I quite fancy quilting as think its such a nice idea to have all those memories together but not sure I would even know how to begin.  I was off work in the summer recovering from an op and started making homemade Christmas cards - I think it was the first time in my life I had been artistic! Ha ha.

Bisdil, getting out with your dog and cycling would be even better than exercising at the gym.  It would be so much more fun and you'd get plenty freshair - hopefully if your DH is up for cycling then you can motivate each other?  And you could always make it a wee outing where you can stop at some cycle friendly pub for a bite to eat and quality time together.  Hope you start to feel better soon
xxxx


----------



## lily1980 (Feb 2, 2012)

I've just deactivated my ******** account - I feel quite liberated!!!! No more baby news surprises from people I've not seen for years - should have done this ages ago xxx


----------



## Nosilab (Jun 29, 2011)

Ah 'tis a really good feeling isn't it - and liberating as you say    It really helped me and haven't ever regretted it....bye bye 'Gloatbook'   xxx


----------



## Mooncat (Oct 26, 2012)

Oooh, I like this thread, mind if I join in?

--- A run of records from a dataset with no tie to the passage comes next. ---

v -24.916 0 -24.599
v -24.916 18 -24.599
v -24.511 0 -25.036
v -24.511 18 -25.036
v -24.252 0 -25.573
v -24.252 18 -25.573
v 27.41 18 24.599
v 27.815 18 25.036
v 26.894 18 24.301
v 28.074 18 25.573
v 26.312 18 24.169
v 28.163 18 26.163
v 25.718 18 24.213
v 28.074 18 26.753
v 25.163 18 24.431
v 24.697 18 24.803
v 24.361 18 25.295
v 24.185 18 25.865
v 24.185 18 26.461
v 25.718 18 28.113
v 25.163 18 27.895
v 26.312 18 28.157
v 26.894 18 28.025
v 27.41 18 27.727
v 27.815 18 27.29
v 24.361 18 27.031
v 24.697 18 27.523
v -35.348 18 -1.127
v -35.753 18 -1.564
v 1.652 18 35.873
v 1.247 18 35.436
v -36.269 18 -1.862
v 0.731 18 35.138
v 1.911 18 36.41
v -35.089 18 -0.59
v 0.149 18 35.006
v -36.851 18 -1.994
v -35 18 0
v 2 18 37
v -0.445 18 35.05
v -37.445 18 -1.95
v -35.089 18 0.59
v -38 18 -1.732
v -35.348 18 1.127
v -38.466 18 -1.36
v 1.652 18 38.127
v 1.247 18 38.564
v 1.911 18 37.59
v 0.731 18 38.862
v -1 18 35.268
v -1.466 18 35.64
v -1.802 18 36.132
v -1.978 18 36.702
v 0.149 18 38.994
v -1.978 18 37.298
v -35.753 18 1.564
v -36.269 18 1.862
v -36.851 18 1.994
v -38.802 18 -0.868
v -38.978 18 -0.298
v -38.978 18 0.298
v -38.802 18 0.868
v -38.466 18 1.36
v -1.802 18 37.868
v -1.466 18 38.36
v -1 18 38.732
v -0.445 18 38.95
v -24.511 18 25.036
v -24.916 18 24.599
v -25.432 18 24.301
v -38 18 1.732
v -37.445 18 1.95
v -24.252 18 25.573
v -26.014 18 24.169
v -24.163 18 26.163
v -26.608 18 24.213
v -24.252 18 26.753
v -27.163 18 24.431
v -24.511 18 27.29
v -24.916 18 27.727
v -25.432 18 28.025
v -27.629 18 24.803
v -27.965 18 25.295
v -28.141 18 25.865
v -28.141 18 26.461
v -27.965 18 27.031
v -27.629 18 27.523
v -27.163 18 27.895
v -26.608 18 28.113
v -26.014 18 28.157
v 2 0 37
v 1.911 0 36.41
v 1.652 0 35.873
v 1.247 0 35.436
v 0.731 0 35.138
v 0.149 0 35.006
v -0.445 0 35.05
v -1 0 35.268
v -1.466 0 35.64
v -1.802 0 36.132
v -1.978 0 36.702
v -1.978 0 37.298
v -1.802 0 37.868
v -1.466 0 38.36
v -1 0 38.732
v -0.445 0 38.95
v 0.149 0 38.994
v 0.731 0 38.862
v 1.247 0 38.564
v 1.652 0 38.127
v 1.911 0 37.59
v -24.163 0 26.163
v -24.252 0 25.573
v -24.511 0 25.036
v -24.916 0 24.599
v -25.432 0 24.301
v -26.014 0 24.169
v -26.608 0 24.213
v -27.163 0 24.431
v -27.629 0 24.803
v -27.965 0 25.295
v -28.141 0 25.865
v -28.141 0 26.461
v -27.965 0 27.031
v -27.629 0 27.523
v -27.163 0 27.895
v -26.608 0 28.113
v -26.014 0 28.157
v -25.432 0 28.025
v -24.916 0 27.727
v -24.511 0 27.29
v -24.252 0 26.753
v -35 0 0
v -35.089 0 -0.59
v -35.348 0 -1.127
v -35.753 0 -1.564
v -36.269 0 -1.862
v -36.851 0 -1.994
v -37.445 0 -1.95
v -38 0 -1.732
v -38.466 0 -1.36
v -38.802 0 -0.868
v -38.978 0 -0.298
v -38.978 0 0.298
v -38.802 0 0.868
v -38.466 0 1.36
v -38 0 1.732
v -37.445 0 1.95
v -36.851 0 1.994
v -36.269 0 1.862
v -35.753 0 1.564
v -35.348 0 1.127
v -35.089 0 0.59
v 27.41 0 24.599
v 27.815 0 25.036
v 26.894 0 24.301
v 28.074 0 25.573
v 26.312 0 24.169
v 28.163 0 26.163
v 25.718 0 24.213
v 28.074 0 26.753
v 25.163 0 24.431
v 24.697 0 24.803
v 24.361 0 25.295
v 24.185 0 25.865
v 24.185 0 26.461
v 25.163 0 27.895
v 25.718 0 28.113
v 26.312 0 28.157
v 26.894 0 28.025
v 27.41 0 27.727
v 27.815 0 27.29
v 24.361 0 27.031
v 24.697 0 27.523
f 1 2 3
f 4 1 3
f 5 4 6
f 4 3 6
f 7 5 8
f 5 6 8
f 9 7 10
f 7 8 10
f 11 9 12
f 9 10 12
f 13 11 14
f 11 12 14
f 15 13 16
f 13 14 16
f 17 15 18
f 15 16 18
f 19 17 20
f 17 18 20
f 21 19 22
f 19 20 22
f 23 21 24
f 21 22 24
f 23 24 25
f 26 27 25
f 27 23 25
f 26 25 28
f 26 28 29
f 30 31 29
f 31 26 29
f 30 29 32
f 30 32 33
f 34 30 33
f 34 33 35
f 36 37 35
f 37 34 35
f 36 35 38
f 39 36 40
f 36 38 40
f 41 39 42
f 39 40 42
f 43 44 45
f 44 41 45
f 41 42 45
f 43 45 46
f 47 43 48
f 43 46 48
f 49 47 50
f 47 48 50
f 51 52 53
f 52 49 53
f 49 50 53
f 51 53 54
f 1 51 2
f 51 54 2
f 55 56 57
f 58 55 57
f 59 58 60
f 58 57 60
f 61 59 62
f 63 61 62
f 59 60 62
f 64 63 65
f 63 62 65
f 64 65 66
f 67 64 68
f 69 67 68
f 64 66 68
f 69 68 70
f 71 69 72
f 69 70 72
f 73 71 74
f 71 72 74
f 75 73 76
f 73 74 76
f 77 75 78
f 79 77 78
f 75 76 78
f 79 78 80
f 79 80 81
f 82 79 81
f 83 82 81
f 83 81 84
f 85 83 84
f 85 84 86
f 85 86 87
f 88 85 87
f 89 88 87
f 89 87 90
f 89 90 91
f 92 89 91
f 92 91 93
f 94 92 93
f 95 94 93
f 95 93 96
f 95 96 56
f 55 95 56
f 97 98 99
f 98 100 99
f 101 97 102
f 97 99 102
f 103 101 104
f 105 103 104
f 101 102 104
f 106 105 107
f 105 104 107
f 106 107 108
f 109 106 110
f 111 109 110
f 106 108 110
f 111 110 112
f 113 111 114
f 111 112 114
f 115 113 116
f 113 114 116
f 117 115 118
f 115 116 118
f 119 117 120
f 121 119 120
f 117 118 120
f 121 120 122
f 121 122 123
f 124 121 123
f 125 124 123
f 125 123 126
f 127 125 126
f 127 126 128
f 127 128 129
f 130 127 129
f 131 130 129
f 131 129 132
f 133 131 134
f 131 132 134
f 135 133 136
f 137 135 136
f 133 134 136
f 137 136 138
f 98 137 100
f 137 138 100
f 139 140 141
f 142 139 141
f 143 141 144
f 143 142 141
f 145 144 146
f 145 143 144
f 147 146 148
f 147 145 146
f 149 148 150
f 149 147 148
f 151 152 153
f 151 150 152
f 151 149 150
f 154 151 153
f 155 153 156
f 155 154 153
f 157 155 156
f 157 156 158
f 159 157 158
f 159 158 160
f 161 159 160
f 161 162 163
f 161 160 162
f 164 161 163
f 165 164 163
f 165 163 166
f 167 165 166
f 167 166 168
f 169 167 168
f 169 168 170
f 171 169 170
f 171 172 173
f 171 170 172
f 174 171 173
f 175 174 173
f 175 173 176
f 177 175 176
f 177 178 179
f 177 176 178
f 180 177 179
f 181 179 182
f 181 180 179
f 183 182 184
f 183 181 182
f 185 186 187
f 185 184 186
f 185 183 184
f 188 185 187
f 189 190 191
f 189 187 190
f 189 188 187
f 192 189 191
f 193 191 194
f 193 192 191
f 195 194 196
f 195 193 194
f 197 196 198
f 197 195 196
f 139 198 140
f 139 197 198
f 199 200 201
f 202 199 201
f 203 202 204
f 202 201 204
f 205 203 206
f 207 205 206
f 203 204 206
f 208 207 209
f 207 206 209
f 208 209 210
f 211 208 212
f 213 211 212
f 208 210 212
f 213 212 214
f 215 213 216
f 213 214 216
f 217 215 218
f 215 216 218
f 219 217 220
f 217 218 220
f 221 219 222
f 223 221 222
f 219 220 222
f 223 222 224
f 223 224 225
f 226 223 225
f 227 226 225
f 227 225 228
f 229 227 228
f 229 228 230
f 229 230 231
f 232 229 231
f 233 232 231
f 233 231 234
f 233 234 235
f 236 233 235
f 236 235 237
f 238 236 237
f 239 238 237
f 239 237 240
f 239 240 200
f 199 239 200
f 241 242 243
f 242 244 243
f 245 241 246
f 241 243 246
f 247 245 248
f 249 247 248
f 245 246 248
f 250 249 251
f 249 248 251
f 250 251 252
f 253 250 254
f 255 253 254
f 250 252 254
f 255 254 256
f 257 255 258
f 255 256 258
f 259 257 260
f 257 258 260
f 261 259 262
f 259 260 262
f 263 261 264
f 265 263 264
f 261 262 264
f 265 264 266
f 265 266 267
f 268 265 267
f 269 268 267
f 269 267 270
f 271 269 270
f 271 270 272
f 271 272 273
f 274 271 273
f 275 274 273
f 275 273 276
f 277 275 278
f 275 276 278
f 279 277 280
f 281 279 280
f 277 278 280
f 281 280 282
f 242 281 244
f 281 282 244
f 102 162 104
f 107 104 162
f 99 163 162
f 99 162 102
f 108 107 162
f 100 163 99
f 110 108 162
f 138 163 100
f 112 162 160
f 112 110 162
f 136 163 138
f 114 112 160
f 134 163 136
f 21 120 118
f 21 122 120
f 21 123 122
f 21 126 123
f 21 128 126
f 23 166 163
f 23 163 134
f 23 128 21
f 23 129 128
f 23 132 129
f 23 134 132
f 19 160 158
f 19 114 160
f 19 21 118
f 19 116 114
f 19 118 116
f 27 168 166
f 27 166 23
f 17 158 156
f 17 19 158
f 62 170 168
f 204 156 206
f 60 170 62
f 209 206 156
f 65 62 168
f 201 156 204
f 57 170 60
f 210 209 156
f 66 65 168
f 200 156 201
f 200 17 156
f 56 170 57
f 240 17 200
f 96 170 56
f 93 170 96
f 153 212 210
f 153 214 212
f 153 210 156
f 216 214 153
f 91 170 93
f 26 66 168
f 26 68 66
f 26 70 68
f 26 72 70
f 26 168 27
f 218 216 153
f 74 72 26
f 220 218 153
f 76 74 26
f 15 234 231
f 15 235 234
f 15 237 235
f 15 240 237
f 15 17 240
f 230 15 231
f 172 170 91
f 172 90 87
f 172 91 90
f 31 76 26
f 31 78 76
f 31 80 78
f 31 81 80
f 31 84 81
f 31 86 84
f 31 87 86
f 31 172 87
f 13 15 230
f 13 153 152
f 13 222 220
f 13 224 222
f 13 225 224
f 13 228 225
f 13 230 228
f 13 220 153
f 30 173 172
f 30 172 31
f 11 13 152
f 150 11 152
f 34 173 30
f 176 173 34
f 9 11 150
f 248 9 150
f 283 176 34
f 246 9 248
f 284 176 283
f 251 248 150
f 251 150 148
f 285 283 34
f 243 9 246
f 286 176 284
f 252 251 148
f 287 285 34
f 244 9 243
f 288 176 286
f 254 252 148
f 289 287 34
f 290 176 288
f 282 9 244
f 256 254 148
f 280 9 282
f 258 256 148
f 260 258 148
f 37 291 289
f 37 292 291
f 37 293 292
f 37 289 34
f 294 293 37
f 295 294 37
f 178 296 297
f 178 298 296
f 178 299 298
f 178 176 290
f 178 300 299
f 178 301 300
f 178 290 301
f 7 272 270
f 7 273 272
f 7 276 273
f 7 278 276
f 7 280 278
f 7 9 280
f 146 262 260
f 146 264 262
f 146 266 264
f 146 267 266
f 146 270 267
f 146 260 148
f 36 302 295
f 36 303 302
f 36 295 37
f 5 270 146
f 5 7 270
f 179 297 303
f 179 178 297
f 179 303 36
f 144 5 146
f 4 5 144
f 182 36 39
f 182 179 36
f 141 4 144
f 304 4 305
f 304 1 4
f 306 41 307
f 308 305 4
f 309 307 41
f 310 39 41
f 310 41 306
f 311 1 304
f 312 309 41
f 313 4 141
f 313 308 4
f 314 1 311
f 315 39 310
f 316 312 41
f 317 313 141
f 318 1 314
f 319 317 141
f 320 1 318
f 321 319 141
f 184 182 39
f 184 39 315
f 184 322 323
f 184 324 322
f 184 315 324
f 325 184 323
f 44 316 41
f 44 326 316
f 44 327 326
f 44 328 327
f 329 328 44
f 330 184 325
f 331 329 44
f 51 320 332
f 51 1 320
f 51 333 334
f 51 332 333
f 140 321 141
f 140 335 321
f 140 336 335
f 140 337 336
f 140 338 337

Definitely agree about exercise. I’ve never been sporty, but these days I swim, go to zumba (sooo much fun), run (I say run, it’s more of a trot!) and cycle on my new mountain bike which I LOVE! 

I love the idea of being creative too, though it doesn’t come naturally to me, but I’ve been doing more adventurous cooking and taught myself to knit. I’ve started a beanie hat that I’m hoping to finish before spring 

Giving up ******** is an interesting idea. I used to love it as a way of keeping up with people, but like many others my feed is now a stream of baby pics and announcements   Will definitely consider, thanks ladies xx


----------



## Moonshadow_73 (Feb 17, 2012)

I think part of learning to cope with IF issues is learning to put yourself first sometimes. There have been so many instances where I've been upset because of other people's insensitivity, or simply because I've not been in a good place (such as after a failed cycle) but I've kept quiet and gone along to events, sat and listened to the 'happy families' chat because I've wanted to keep others happy. Then after everyone goes home I've sat and mourned the fact I don't have what they do. I'm learning that it's okay to remove yourself from those situations, a bit like deactivating ** (which I have literally just done, thank you!!!)

I don't want to offend others but the people who care about me will understand. There will come a time when I will feel able to sit and listen to others talk about their children but it's not now. The people who care about me will still be there when I'm ready.

On a lighter note, exercise is definitely a good option. I do a couple of high impact classes a week to get the endorphins pumping, but also get the feel good factor from Pilates, cycling or just walking (especially if the walk includes a stop at a cafe!). I'm also taking care to eat healthily not just I want to be in good shape if I become pregnant, but also because it makes me feel better and I have more energy. At the same time I'm not going to give myself a hard time for having the occasional takeaway or piece of cake.

I think in some ways I'm trying to reconnect with life outside of IF. Do things I want to do, spend time with hb and not talk about IF. I'm not giving up on IF, nor am I trying to claim all is rosy (a night out with work last night, listening to them all talk about taking their children to the panto/to see Father Christmas ended in an early departure and floods of tears). I guess I'm just trying to find a balance.

I also invested in a light therapy lamp last year (aka SAD lamp). I think it has helped through the darker winter months and would recommend it to anyone who feels their mood drops over winter.

Take care all

Jen


----------



## Nosilab (Jun 29, 2011)

*Mooncat*, I've always wanted to give Zumba a go but haven't yet found anyone who'll come with  As I was reading your post I was trawling through friends names thinking "would they come with me??"....I might find out if there is a class near me! I've also taught myself to knit, using some books found online and good old YouTube! It's been great at distracting my mind and keeping me sane. I also signed up to a sewing class, it's been really good fun - have made a couple of things (prob only suitable for lounging around the house in  ) and next project is hopefully a bag! Good luck with the beanie!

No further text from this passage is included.